==== STUDY MATERIAL
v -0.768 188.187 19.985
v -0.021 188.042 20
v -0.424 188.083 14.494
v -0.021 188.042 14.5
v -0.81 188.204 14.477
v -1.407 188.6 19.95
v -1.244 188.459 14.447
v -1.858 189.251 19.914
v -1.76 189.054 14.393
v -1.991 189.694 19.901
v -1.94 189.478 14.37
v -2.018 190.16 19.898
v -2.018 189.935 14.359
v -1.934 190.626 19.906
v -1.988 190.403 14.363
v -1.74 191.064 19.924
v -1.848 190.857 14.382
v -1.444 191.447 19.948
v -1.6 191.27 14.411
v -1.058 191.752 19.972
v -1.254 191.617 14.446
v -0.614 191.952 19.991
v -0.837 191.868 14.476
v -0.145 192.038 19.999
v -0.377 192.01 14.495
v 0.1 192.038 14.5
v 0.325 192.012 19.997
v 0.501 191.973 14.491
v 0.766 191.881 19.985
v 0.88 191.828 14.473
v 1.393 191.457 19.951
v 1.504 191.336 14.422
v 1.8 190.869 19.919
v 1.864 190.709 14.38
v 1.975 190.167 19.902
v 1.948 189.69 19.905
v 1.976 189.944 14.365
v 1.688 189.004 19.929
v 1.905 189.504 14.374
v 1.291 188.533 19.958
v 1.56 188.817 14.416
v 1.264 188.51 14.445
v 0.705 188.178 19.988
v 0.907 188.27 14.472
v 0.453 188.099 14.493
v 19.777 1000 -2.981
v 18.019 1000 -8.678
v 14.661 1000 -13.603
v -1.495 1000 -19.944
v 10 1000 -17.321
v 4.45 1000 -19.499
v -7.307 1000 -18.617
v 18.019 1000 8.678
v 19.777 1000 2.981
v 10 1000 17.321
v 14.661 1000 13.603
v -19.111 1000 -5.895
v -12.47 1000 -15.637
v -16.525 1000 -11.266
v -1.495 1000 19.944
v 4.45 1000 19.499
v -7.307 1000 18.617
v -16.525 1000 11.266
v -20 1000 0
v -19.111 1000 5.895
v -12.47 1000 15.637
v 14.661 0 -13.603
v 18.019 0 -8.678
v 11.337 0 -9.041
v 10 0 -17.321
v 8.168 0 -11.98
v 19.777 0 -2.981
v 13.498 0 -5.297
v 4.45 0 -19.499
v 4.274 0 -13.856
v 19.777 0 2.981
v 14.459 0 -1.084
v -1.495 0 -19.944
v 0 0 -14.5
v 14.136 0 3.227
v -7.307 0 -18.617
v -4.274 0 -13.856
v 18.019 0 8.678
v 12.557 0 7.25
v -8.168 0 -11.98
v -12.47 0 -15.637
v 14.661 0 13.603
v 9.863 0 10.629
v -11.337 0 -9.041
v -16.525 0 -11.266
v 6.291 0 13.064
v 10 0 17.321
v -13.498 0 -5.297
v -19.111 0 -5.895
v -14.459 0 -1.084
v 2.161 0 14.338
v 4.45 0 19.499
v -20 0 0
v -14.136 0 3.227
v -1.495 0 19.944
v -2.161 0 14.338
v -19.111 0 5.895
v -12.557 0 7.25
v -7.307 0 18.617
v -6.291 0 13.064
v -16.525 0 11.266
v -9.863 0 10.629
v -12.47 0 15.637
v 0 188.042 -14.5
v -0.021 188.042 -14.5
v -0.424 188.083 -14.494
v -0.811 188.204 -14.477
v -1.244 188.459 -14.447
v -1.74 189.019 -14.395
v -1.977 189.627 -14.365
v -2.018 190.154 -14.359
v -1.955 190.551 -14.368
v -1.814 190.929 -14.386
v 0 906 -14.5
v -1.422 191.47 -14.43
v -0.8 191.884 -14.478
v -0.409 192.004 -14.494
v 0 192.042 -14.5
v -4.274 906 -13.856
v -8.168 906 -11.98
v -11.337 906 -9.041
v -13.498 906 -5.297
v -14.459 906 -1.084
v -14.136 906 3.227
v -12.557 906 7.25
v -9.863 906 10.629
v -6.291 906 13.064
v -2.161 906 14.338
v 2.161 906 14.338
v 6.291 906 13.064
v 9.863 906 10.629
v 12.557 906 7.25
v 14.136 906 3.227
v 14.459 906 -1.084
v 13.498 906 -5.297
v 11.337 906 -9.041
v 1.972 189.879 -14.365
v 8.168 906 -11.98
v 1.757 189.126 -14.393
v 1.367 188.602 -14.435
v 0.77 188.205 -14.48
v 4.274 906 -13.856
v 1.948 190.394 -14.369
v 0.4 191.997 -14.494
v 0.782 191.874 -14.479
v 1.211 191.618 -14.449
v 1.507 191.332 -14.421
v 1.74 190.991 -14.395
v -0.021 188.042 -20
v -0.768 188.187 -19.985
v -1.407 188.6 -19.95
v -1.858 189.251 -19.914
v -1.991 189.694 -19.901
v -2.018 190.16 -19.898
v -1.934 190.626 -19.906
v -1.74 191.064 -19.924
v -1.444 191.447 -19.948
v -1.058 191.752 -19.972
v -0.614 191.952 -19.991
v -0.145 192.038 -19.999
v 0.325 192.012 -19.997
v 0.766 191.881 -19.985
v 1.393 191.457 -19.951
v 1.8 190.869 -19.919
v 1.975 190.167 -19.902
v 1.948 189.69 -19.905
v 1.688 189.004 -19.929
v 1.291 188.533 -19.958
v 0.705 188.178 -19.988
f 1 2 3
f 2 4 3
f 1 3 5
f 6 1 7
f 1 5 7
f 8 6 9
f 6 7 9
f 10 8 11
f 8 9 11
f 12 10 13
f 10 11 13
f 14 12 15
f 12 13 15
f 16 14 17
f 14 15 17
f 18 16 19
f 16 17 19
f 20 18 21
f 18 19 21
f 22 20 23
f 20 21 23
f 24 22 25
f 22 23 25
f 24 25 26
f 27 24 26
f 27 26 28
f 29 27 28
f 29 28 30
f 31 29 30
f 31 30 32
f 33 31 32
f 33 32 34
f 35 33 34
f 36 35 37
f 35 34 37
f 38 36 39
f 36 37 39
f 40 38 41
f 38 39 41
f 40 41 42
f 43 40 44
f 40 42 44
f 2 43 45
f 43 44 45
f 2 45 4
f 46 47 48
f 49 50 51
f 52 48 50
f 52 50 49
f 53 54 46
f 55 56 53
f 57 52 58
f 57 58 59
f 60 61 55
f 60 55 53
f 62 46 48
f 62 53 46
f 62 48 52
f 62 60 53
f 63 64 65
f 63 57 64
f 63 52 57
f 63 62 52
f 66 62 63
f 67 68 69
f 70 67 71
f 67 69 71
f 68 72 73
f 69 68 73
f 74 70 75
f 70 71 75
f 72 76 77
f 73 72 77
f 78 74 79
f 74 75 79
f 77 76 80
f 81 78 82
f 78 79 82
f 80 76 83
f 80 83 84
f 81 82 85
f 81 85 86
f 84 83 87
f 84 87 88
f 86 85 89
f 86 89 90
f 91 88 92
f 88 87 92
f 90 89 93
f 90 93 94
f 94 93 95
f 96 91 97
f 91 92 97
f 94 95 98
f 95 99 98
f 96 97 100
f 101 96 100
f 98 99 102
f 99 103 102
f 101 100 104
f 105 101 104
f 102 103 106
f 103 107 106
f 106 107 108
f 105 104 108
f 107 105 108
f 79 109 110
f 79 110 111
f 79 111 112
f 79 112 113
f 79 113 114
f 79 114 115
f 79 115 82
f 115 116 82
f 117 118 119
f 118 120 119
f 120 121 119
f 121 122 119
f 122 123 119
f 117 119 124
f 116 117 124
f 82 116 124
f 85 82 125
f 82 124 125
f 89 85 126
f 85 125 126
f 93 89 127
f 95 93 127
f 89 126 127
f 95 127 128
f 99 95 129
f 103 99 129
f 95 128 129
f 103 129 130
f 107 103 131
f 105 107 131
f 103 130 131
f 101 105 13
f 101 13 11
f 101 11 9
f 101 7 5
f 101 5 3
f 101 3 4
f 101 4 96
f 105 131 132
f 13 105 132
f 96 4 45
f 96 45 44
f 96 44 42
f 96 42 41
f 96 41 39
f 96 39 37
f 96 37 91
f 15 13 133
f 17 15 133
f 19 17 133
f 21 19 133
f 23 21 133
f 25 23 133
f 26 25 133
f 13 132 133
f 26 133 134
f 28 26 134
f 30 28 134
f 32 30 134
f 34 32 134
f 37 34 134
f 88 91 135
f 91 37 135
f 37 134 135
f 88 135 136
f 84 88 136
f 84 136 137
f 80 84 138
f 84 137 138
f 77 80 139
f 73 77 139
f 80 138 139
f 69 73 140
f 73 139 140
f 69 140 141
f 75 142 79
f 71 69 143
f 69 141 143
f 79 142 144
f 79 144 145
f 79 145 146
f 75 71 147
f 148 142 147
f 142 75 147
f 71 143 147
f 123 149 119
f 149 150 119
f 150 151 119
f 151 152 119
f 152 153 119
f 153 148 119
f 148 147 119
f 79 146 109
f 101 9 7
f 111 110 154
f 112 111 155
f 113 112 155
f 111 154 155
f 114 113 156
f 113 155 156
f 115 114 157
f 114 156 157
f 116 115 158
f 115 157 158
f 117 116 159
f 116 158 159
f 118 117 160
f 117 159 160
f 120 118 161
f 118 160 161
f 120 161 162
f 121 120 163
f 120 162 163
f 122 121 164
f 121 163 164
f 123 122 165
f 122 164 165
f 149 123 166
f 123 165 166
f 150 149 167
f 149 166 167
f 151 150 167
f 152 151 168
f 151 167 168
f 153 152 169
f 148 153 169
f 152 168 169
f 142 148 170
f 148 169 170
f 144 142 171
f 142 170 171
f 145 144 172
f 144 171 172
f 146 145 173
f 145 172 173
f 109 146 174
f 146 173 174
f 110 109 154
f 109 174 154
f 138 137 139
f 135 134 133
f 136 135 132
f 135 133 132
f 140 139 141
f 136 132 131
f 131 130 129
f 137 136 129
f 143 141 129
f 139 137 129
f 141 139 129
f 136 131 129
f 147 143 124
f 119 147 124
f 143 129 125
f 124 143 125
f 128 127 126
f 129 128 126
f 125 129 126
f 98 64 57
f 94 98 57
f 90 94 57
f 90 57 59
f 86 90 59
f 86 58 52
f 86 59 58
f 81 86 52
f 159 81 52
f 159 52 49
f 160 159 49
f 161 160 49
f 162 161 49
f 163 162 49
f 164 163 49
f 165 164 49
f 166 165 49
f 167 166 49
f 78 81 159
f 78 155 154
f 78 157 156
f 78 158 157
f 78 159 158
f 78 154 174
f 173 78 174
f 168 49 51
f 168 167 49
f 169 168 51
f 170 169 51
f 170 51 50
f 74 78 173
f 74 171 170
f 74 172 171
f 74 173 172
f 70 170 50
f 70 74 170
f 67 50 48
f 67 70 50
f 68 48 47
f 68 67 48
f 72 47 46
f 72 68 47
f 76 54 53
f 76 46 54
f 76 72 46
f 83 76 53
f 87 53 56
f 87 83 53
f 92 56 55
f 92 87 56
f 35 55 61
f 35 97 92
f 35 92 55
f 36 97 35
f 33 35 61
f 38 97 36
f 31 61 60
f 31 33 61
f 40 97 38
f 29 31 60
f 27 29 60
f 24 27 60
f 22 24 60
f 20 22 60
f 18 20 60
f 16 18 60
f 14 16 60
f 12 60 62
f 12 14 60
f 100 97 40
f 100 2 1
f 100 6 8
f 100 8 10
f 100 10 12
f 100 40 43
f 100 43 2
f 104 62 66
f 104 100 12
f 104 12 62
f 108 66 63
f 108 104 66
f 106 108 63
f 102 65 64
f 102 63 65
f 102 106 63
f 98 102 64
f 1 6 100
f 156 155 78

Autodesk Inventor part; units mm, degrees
ref_plane "YZ Plane" through (0, 0, 0) normal (1, 0, 0) x (0, 1, 0)
ref_plane "XZ Plane" through (0, 0, 0) normal (0, 1, 0) x (-1, 0, 0)
ref_plane "XY Plane" through (0, 0, 0) normal (0, 0, 1) x (1, 0, 0)
sketch "Sketch1" plane through (0, 0, 0) normal (0, 1, 0) x (-1, 0, 0)
  circle A0 centre (0, 0) radius 20
  dimension "d0" = 40
extrude "Extrusion1" add sketch "Sketch1" along normal blind 1000
sketch "Sketch2" plane through (0, 0, 0) normal (0, 0, 1) x (1, 0, 0)
  circle A0 centre (0, 190.0543) radius 1.5
  point P0 (0, 0)
  dimension "d3" = 3
extrude "Extrusion2" add sketch "Sketch2" along normal blind 25 and the other way blind 25
sketch "Sketch3" plane through (0, 190.0543, 25) normal (0, 0, 1) x (1, 0, 0)
  point P0 (0, -190.0543)
  point P1 (-0.0211, -0.0123)
hole "Hole1" at (-0.0211, 190.042, 25) direction (0, 0, -1) diameter 4 depth 51
sketch "Sketch4" plane through (0, 0, 0) normal (0, -1, 0) x (1, 0, 0)
  point P0 (0, 0)
  point P1 (0, 0)
hole "Hole2" at (0, 0, 0) direction (0, 1, 0) diameter 29 depth 906
thread "Thread2" size "M40x3" class "6g" standard "ANSI Metric M Profile" length 40
thread "Thread3" size "M40x3" class "6g" standard "ANSI Metric M Profile" length 100
properties part number "Tongkatttt" material "Aluminum 6061-AHC"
========
WHAT YOU WILL DO: If a line falls between the first line of the entries and the line containing "v -1.934 190.626 19.906", or is one of those two, restate it word for word; leave all other lines out.

RESULT OF THE TASK:
v -0.768 188.187 19.985
v -0.021 188.042 20
v -0.424 188.083 14.494
v -0.021 188.042 14.5
v -0.81 188.204 14.477
v -1.407 188.6 19.95
v -1.244 188.459 14.447
v -1.858 189.251 19.914
v -1.76 189.054 14.393
v -1.991 189.694 19.901
v -1.94 189.478 14.37
v -2.018 190.16 19.898
v -2.018 189.935 14.359
v -1.934 190.626 19.906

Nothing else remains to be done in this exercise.